20 Stories, No. 1 Spinningfields, 1 Hardman Square, Manchester, M3 3EB – Visit Now
Brian Hughson was appointed the new Head Chef at 20 Stories back in February and we were given a sneak preview of the kind of forward-thinking dishes he has planned for the future of this beautiful restaurant. While previous dishes (under former chefs) were a little hit and miss, Brian has streamlined the menu, offering courses that are great on the eye and even better on the palate. Here are some of the fantastic menu items we tried.
This inspired duo is the first dish we tried, superbly-cooked seared Orkney scallops and cauliflower vinaigrette, paired with a cured sardine pie – although we’d fight to the death calling it what it really is: a pastie. This latter option is possibly my favourite out of all the dishes. You wouldn’t expect sardines to work with pastry, but it absolutely does.
This is an unusual dish, with plenty of odd textures but underpinned with traditional flavours. It’s a thick piece of baked brill with a Beaufort crust, plus a shallot and thyme purée, and a leek and mushroom fondue. The Beaufort crust was a bit odd at first, but makes perfect sense when tried with the fish. It’s an eye-catching dish, and a great leap forward for 20 Stories evening menu.
One for the meat-lovers. This is roasted Goosnargh duck breast, with a foe gras club sandwich – and a couple of pickled blackberries for good measure. These are big bold flavours – not especially summery but then again, this summer hasn’t been especially summery either. Wait for a cold evening and this is the perfect meal – the duck is exceptionally moreish, soft and pink and wonderful.
Finally, the salted caramel tart, with a nice scoop of stem ginger ice cream. Adding this fiery root to the ice cream lifts it to all new levels, and makes a perfect match for the more subtle flavours of the tart.
We also had the pleasure of checking out 20 Stories’ new Tropical Terrace, a stylish tropical garden replacing the iconic snow globes set up throughout winter. It’s here until the end of June, and was set up through a partnership with acclaimed vodka brand CÎROC. We tried their summer watermelon cocktail in the blazing sun, under a bunch of palm trees while checking out Manchester’s surprisingly pretty skyline (the best views in all of Manchester, trust us on this).

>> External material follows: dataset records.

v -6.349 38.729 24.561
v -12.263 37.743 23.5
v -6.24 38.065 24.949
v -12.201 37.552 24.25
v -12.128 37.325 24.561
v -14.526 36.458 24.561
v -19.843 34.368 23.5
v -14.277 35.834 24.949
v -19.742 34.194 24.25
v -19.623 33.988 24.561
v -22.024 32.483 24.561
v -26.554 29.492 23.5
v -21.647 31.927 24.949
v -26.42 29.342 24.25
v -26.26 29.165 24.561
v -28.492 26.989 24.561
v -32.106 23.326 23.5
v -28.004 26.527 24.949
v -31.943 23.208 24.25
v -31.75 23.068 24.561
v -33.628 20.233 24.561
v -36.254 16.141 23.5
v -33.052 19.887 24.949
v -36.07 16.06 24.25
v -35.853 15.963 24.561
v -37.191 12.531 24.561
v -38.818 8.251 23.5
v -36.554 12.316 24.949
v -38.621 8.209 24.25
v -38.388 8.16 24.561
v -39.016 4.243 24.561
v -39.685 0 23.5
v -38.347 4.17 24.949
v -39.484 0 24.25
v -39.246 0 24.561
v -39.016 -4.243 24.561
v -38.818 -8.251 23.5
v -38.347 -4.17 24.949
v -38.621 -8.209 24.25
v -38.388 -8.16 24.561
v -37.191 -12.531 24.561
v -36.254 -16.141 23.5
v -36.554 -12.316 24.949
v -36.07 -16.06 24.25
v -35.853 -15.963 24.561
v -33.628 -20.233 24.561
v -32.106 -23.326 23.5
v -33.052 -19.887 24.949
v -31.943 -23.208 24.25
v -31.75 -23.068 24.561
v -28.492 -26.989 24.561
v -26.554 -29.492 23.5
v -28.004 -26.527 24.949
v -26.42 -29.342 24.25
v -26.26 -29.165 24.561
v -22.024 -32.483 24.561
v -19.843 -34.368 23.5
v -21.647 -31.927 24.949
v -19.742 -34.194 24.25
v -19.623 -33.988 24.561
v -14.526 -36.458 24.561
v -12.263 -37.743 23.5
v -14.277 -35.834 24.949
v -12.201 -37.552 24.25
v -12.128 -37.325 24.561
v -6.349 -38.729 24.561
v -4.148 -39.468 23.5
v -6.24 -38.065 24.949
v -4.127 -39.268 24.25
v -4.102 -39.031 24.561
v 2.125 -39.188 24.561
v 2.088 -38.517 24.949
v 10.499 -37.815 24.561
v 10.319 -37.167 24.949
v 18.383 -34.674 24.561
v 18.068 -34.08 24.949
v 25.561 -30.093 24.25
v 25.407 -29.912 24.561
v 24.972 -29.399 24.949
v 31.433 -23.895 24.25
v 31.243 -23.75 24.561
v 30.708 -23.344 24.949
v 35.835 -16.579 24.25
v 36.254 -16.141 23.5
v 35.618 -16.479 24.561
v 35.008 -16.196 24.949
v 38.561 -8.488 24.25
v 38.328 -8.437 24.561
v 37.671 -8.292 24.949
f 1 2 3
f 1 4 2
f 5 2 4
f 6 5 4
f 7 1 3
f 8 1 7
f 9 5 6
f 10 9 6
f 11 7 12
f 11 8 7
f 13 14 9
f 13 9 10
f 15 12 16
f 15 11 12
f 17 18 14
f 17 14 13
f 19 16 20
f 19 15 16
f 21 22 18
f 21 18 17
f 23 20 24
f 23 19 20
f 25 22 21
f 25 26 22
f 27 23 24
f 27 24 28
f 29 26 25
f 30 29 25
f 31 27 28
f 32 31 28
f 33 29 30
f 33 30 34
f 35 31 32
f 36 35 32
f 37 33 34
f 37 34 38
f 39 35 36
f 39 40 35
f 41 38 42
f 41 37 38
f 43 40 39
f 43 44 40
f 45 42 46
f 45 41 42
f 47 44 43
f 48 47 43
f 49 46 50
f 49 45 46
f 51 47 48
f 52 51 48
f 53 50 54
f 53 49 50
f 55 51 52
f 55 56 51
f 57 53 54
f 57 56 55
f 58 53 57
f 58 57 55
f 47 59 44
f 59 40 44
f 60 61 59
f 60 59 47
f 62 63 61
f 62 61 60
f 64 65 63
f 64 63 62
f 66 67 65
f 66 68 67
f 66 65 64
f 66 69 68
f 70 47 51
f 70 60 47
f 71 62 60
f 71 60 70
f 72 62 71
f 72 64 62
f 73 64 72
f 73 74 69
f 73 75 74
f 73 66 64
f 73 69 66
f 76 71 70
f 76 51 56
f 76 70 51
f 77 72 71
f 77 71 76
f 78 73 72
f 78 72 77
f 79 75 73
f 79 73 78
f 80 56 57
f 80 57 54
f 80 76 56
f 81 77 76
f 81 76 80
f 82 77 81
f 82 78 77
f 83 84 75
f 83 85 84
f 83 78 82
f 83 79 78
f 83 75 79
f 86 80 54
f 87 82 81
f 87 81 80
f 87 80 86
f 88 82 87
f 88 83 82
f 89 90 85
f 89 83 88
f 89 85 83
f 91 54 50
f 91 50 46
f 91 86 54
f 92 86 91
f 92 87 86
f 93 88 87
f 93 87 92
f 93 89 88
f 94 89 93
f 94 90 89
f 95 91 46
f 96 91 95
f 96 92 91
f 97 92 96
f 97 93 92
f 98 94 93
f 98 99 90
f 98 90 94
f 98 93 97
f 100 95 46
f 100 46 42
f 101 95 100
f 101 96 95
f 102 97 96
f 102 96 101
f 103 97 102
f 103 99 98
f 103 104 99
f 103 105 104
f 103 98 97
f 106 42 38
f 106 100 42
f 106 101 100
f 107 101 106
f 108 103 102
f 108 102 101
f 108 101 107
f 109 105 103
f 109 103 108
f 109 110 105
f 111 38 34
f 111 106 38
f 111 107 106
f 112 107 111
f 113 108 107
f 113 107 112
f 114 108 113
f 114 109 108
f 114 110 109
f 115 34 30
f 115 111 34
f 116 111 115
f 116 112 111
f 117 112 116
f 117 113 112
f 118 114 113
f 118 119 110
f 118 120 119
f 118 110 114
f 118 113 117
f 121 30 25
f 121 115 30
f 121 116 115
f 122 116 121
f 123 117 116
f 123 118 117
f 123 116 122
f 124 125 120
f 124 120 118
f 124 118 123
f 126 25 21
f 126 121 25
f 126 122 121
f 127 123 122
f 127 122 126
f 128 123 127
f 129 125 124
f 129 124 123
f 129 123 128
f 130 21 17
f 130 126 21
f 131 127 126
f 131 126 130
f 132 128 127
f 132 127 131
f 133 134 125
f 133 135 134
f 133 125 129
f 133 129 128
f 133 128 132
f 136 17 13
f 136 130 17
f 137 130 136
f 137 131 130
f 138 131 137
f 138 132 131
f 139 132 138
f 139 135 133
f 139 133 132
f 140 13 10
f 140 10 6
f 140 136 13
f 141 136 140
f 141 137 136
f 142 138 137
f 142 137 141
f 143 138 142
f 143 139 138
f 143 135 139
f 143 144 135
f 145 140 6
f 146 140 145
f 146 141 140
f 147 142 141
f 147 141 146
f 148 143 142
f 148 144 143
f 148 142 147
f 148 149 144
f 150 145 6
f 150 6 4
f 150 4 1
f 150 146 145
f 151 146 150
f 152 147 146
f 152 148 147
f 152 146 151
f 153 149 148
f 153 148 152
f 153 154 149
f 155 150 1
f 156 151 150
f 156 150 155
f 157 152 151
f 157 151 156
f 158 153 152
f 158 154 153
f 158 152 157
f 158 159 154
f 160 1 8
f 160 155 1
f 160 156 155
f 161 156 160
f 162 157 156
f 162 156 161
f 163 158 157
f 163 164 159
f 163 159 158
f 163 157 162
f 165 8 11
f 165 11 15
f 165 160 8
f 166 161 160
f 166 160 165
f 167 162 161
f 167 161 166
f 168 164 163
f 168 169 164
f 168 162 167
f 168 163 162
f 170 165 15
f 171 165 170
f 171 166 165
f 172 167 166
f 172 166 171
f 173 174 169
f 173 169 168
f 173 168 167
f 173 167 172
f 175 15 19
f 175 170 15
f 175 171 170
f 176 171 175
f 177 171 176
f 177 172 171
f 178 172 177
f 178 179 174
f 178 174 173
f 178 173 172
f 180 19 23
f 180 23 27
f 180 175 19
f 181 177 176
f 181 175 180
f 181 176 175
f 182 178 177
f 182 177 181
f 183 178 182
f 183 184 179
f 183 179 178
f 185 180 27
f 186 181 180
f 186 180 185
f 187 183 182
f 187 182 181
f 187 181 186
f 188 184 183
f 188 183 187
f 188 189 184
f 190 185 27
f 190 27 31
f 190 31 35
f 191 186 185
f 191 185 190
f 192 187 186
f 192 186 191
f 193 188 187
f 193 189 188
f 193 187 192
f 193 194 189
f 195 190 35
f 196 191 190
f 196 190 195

As for the cocktail, if you’re a watermelon fan – which I most certainly am – you’ll love this. It’s a smart combination of delicate sweetness and zesty tartiness, with a heavy thwack of that glorious heavy watermelon taste. It’s set to be one of 20 Stories’ classic cocktails, and you could easily sink three or four in a single sitting. Our verdict? Wait for a sunny day then go for the views, but stay for the cocktails.
20 Stories exploded onto the Manchester dining scene last year with a raft of rave reviews, particularly when it comes to the huge floor-to-ceiling windows which provide a fantastic glimpse of Manchester’s skyline – the endless scaffolding is much easier on the eye when you’re hundreds of feet up in the air. Since the start of the year, there’s been a reshuffle in the kitchen, with Liverpool-born Brian Hughson taking over as head chef.
We’re here to try out the new lunch menu, and luckily it’s a gloriously sunny day, providing dazzling panoramic views over the city from the top floor of No.1 Spinningfields tower. It must be said, the whole experience screams luxury. You step into a lift without any buttons and zoom effortlessly up to the nineteenth floor (not the twentieth, curiously), met with a dazzling bar and cheerful friendly staff.
Thanks to new chef Hugson, the restaurant’s menu is becoming worthy of its views
A lunch menu means the dishes are lighter than the heavier courses served up in the evening. The chicken liver parfait and sourdough are a fine opening act, all rich meaty paté and crunchy toasted bread. Same for the beetroot cured salmon tartare, arranged wonderfully, all vivid reds and oranges, with the often-overwhelming earthiness of the beetroot kept in check by the fresh salmon and delicate dill aromas.
Cod fillet for the main course, with thin slices of cauliflower, intertwined with raisins and capers. The fish is a delight, beautifully cooked and flakey. The confit duck leg is another success – a chunky well-seasoned leg, resting on crunchy pak choi with an artful dollop of spiced carrot puree.
Desserts are excellent too, with the clear winner a strawberry creme brulee. This is the classic creme brulee, with the genius addition of a base layer of strawberry jam. It’s a simple change but one that takes it from ‘yet another creme brulee’ into the realms of something very special indeed. The accompanying pair of lemon thyme shortbread biscuits aren’t strictly necessary but they’re delicious nonetheless.
20 Stories had teething problems in its early days. The then-head chef Aidan Byrne wasn’t a great match, and some courses felt rushed and lacking in imagination. Thanks to new chef Hugson, the restaurant’s menu is becoming worthy of its views – fantastic British cooking, made with fresh ingredients and an eye on innovation without ever spilling over into gimmickry.